Extracted records:
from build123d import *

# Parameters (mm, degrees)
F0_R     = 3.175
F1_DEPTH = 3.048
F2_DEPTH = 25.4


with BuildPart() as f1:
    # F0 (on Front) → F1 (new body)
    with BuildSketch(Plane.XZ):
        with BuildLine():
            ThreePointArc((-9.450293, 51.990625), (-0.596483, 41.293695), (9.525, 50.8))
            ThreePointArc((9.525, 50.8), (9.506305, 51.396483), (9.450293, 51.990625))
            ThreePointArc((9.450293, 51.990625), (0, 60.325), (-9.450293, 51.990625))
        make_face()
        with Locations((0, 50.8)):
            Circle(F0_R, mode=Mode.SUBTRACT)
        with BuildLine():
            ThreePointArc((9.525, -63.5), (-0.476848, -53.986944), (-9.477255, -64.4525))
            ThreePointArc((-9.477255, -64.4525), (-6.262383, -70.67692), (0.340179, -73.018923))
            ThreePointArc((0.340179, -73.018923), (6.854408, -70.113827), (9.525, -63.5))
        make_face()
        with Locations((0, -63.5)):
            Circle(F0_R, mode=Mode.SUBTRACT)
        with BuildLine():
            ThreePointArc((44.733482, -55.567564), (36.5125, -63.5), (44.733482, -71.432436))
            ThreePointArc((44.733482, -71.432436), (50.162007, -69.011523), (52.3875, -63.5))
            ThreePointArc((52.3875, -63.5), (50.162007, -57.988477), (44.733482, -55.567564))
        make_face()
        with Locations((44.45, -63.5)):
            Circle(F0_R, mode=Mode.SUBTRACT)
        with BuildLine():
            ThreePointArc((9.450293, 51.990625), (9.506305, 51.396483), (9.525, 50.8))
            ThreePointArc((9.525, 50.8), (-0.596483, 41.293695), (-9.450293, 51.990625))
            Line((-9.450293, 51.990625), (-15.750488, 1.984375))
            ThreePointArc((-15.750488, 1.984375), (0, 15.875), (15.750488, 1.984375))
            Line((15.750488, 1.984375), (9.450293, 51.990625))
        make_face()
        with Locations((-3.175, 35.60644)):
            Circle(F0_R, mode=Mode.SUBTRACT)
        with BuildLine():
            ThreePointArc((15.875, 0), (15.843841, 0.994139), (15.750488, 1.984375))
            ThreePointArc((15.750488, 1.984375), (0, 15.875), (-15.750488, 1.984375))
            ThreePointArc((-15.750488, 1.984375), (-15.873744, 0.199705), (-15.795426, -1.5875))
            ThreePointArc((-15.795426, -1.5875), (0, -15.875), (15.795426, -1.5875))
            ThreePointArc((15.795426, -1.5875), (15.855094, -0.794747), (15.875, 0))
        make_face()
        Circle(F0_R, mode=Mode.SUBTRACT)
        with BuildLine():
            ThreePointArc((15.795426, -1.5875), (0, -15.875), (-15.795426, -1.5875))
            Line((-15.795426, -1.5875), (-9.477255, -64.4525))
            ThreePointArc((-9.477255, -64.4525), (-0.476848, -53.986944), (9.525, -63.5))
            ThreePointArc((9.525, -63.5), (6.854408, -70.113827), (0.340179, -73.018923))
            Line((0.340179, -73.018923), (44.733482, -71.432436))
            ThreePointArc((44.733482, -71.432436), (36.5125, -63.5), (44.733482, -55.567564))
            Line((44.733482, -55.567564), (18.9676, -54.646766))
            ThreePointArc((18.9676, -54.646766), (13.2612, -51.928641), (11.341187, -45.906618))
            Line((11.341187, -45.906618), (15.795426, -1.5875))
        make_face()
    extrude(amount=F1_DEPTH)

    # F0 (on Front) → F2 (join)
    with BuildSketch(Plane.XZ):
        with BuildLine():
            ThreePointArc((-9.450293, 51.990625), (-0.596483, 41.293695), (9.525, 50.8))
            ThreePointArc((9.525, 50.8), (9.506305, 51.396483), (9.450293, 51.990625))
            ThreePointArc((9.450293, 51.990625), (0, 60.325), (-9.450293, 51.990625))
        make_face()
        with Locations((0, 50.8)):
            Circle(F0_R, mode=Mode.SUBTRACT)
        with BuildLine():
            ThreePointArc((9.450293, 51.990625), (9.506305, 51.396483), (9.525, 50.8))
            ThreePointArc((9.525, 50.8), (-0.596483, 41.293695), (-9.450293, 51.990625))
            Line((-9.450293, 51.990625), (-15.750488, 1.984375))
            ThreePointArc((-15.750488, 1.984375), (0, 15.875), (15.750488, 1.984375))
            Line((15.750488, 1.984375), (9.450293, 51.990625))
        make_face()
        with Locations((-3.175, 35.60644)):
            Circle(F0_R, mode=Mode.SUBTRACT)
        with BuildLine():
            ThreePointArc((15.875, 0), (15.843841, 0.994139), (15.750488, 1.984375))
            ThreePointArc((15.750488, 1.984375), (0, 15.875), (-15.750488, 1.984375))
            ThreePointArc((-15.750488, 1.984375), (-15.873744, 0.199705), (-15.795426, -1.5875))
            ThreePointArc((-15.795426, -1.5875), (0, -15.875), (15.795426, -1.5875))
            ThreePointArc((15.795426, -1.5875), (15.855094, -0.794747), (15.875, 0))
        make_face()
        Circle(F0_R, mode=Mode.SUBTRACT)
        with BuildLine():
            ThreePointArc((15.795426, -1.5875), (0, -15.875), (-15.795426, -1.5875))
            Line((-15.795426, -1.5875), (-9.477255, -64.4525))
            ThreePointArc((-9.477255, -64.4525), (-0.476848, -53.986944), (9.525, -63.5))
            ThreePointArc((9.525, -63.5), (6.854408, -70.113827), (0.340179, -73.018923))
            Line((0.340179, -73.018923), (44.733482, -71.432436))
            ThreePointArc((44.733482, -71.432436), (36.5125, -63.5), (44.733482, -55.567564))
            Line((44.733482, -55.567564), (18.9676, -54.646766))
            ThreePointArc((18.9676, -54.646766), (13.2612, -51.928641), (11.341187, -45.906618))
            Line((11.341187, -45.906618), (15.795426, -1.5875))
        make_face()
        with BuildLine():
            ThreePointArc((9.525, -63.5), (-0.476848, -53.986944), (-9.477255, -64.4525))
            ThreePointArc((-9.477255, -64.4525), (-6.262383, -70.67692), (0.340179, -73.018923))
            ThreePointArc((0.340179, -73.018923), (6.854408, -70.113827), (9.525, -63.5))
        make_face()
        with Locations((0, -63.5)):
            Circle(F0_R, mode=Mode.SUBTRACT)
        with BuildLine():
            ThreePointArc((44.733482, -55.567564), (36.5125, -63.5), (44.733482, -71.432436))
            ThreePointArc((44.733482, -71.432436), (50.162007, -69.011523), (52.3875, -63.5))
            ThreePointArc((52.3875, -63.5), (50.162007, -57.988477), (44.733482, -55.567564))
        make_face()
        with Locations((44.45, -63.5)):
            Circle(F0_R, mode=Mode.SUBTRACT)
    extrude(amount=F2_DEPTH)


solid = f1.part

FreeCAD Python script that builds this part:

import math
import FreeCAD as App
import Part
import Sketcher
from FreeCAD import Vector
Q = App.Units.Quantity

doc = App.newDocument("Part")
body = doc.addObject("PartDesign::Body", "Body")

sketch1 = doc.addObject("Sketcher::SketchObject", "Sketch")
body.addObject(sketch1)
sketch1.AttachmentSupport = (doc.XZ_Plane, [""])
sketch1.MapMode = "FlatFace"
sketch1.addGeometry([
    Part.ArcOfCircle(Part.Circle(Vector(0, 50.8, 0), Vector(0, 0, 1), 9.525), math.radians(7.180756), math.radians(172.819244)),
    Part.LineSegment(Vector(-9.450293, 51.990625, 0), Vector(-15.750488, 1.984375, 0)),
    Part.ArcOfCircle(Part.Circle(Vector(-0.000015, -0.000003, 0), Vector(0, 0, 1), 15.874985), math.radians(172.819227), math.radians(185.739165)),
    Part.LineSegment(Vector(-15.795426, -1.5875, 0), Vector(-9.477255, -64.4525, 0)),
    Part.ArcOfCircle(Part.Circle(Vector(-0.000001, -63.500001, 0), Vector(0, 0, 1), 9.524999), math.radians(-174.260832), math.radians(-87.953281)),
    Part.LineSegment(Vector(0.340179, -73.018923, 0), Vector(44.733482, -71.432436, 0)),
    Part.ArcOfCircle(Part.Circle(Vector(44.450001, -63.500001, 0), Vector(0, 0, 1), 7.937499), math.radians(-87.953294), math.radians(0.000005)),
    Part.ArcOfCircle(Part.Circle(Vector(44.450001, -63.499999, 0), Vector(0, 0, 1), 7.937499), math.radians(-0.000005), math.radians(87.953294)),
    Part.LineSegment(Vector(44.733482, -55.567564, 0), Vector(18.9676, -54.646766, 0)),
    Part.ArcOfCircle(Part.Circle(Vector(19.251535, -46.701639, 0), Vector(0, 0, 1), 7.950199), math.radians(174.260822), math.radians(267.953292)),
    Part.LineSegment(Vector(11.341187, -45.906618, 0), Vector(15.795426, -1.5875, 0)),
    Part.ArcOfCircle(Part.Circle(Vector(-0.000084, 0, 0), Vector(0, 0, 1), 15.875084), math.radians(-5.73914), math.radians(0)),
    Part.ArcOfCircle(Part.Circle(Vector(-0.000171, -0.000013, 0), Vector(0, 0, 1), 15.875171), math.radians(0.000047), math.radians(7.180725)),
    Part.LineSegment(Vector(15.750488, 1.984375, 0), Vector(9.450293, 51.990625, 0)),
    Part.Circle(Vector(0, 0, 0), Vector(0, 0, 1), 3.175),
    Part.Circle(Vector(-3.175, 35.60644, 0), Vector(0, 0, 1), 3.175),
    Part.Circle(Vector(0, 50.8, 0), Vector(0, 0, 1), 3.175),
    Part.Circle(Vector(0, -63.5, 0), Vector(0, 0, 1), 3.175),
    Part.Circle(Vector(44.45, -63.5, 0), Vector(0, 0, 1), 3.175),
], False)
sketch1.addConstraint([
    Sketcher.Constraint("Coincident", 0, 2, 1, 1),
    Sketcher.Constraint("Coincident", 1, 2, 2, 1),
    Sketcher.Constraint("Coincident", 2, 2, 3, 1),
    Sketcher.Constraint("Coincident", 3, 2, 4, 1),
    Sketcher.Constraint("Coincident", 4, 2, 5, 1),
    Sketcher.Constraint("Coincident", 5, 2, 6, 1),
    Sketcher.Constraint("Coincident", 6, 2, 7, 1),
    Sketcher.Constraint("Coincident", 7, 2, 8, 1),
    Sketcher.Constraint("Coincident", 8, 2, 9, 2),
    Sketcher.Constraint("Coincident", 9, 1, 10, 1),
    Sketcher.Constraint("Coincident", 10, 2, 11, 1),
    Sketcher.Constraint("Coincident", 11, 2, 12, 1),
    Sketcher.Constraint("Coincident", 12, 2, 13, 1),
    Sketcher.Constraint("Coincident", 13, 2, 0, 1),
    Sketcher.Constraint("Coincident", 14, 3, -1, 1),
    Sketcher.Constraint("Coincident", 7, 3, 6, 3),
    Sketcher.Constraint("Coincident", 16, 3, 0, 3),
    Sketcher.Constraint("Coincident", 17, 3, 4, 3),
    Sketcher.Constraint("Coincident", 18, 3, 6, 3),
    Sketcher.Constraint("PointOnObject", 0, 3, -2),
    Sketcher.Constraint("PointOnObject", 4, 3, -2),
    Sketcher.Constraint("PointOnObject", 11, 3, -1),
    Sketcher.Constraint("PointOnObject", 11, 2, -1),
    Sketcher.Constraint("Diameter", 14, Q("0.25 in")),
    Sketcher.Constraint("Diameter", 15, Q("0.25 in")),
    Sketcher.Constraint("Diameter", 16, Q("0.25 in")),
    Sketcher.Constraint("Diameter", 17, Q("0.25 in")),
    Sketcher.Constraint("Diameter", 18, Q("0.25 in")),
    Sketcher.Constraint("DistanceY", -1, 1, 0, 3, Q("2 in")),
    Sketcher.Constraint("Radius", 0, Q("0.375 in")),
    Sketcher.Constraint("Radius", 4, Q("0.375 in")),
    Sketcher.Constraint("Radius", 6, Q("0.3125 in")),
    Sketcher.Constraint("Radius", 9, Q("0.313 in")),
    Sketcher.Constraint("DistanceY", 2, 3, 0, 3, Q("2.0000001 in")),
    Sketcher.Constraint("DistanceY", 4, 3, -1, 1, Q("2.5 in")),
    Sketcher.Constraint("DistanceY", 6, 3, -1, 1, Q("2.5 in")),
    Sketcher.Constraint("DistanceY", 6, 2, -1, 1, Q("2.5 in")),
    Sketcher.Constraint("DistanceX", -1, 1, 6, 3, Q("1.75 in")),
    Sketcher.Constraint("DistanceX", 15, 3, -1, 1, Q("0.125 in")),
    Sketcher.Constraint("DistanceY", -1, 1, 0, 2, Q("2.046875 in")),
    Sketcher.Constraint("DistanceY", -1, 1, 1, 2, Q("0.078125 in")),
    Sketcher.Constraint("DistanceY", 2, 2, -1, 1, Q("0.0625 in")),
    Sketcher.Constraint("DistanceY", 10, 2, -1, 1, Q("0.0625 in")),
    Sketcher.Constraint("DistanceX", -1, 1, 11, 2, Q("0.625 in")),
    Sketcher.Constraint("DistanceY", -1, 1, 12, 2, Q("0.078125 in")),
    Sketcher.Constraint("DistanceY", -1, 1, 13, 2, Q("2.046875 in")),
    Sketcher.Constraint("Radius", 12, Q("15.875171 mm")),
    Sketcher.Constraint("DistanceY", 3, 2, -1, 1, Q("2.5375 in")),
    Sketcher.Constraint("Radius", 2, Q("15.874985 mm")),
    Sketcher.Constraint("Radius", 11, Q("15.875084 mm")),
    Sketcher.Constraint("DistanceY", 9, 3, 9, 1, Q("0.0313 in")),
    Sketcher.Constraint("DistanceX", -1, 1, 8, 2, Q("18.9676 mm")),
    Sketcher.Constraint("Distance", 8, Q("25.78233 mm")),
    Sketcher.Constraint("Distance", 10, Q("44.54239 mm")),
    Sketcher.Constraint("DistanceY", 9, 3, -1, 1, Q("46.701639 mm")),
    Sketcher.Constraint("DistanceY", -1, 1, 15, 3, Q("35.60644 mm")),
    Sketcher.Constraint("DistanceX", 1, 2, -1, 1, Q("15.750488 mm")),
    Sketcher.Constraint("DistanceX", -1, 1, 4, 2, Q("0.340179 mm")),
    Sketcher.Constraint("DistanceX", -1, 1, 12, 2, Q("15.750488 mm")),
    Sketcher.Constraint("DistanceX", 6, 3, 5, 2, Q("0.283481 mm")),
])
pad1 = doc.addObject("PartDesign::Pad", "Pad")
body.addObject(pad1)
pad1.Profile = sketch1
pad1.Length = Q("0.12 in")

sketch2 = doc.addObject("Sketcher::SketchObject", "Sketch001")
body.addObject(sketch2)
sketch2.AttachmentSupport = (doc.XZ_Plane, [""])
sketch2.MapMode = "FlatFace"
sketch2.addGeometry([
    Part.ArcOfCircle(Part.Circle(Vector(0, 50.8, 0), Vector(0, 0, 1), 9.525), math.radians(7.180756), math.radians(172.819244)),
    Part.LineSegment(Vector(-9.450293, 51.990625, 0), Vector(-15.750488, 1.984375, 0)),
    Part.ArcOfCircle(Part.Circle(Vector(-0.000015, -0.000003, 0), Vector(0, 0, 1), 15.874985), math.radians(172.819227), math.radians(185.739165)),
    Part.LineSegment(Vector(-15.795426, -1.5875, 0), Vector(-9.477255, -64.4525, 0)),
    Part.ArcOfCircle(Part.Circle(Vector(-0.000001, -63.500001, 0), Vector(0, 0, 1), 9.524999), math.radians(-174.260832), math.radians(-87.953281)),
    Part.LineSegment(Vector(0.340179, -73.018923, 0), Vector(44.733482, -71.432436, 0)),
    Part.ArcOfCircle(Part.Circle(Vector(44.450001, -63.500001, 0), Vector(0, 0, 1), 7.937499), math.radians(-87.953294), math.radians(0.000005)),
    Part.ArcOfCircle(Part.Circle(Vector(44.450001, -63.499999, 0), Vector(0, 0, 1), 7.937499), math.radians(-0.000005), math.radians(87.953294)),
    Part.LineSegment(Vector(44.733482, -55.567564, 0), Vector(18.9676, -54.646766, 0)),
    Part.ArcOfCircle(Part.Circle(Vector(19.251535, -46.701639, 0), Vector(0, 0, 1), 7.950199), math.radians(174.260822), math.radians(267.953292)),
    Part.LineSegment(Vector(11.341187, -45.906618, 0), Vector(15.795426, -1.5875, 0)),
    Part.ArcOfCircle(Part.Circle(Vector(-0.000084, 0, 0), Vector(0, 0, 1), 15.875084), math.radians(-5.73914), math.radians(0)),
    Part.ArcOfCircle(Part.Circle(Vector(-0.000171, -0.000013, 0), Vector(0, 0, 1), 15.875171), math.radians(0.000047), math.radians(7.180725)),
    Part.LineSegment(Vector(15.750488, 1.984375, 0), Vector(9.450293, 51.990625, 0)),
    Part.Circle(Vector(0, -63.5, 0), Vector(0, 0, 1), 3.175),
    Part.Circle(Vector(44.45, -63.5, 0), Vector(0, 0, 1), 3.175),
    Part.Circle(Vector(0, 0, 0), Vector(0, 0, 1), 3.175),
    Part.Circle(Vector(-3.175, 35.60644, 0), Vector(0, 0, 1), 3.175),
    Part.Circle(Vector(0, 50.8, 0), Vector(0, 0, 1), 3.175),
], False)
sketch2.addConstraint([
    Sketcher.Constraint("Coincident", 0, 2, 1, 1),
    Sketcher.Constraint("Coincident", 1, 2, 2, 1),
    Sketcher.Constraint("Coincident", 2, 2, 3, 1),
    Sketcher.Constraint("Coincident", 3, 2, 4, 1),
    Sketcher.Constraint("Coincident", 4, 2, 5, 1),
    Sketcher.Constraint("Coincident", 5, 2, 6, 1),
    Sketcher.Constraint("Coincident", 6, 2, 7, 1),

What you have to do: Which lines above include "extrude"? Show each of them by copying it.

Task solution:
    extrude(amount=F1_DEPTH)
    extrude(amount=F2_DEPTH)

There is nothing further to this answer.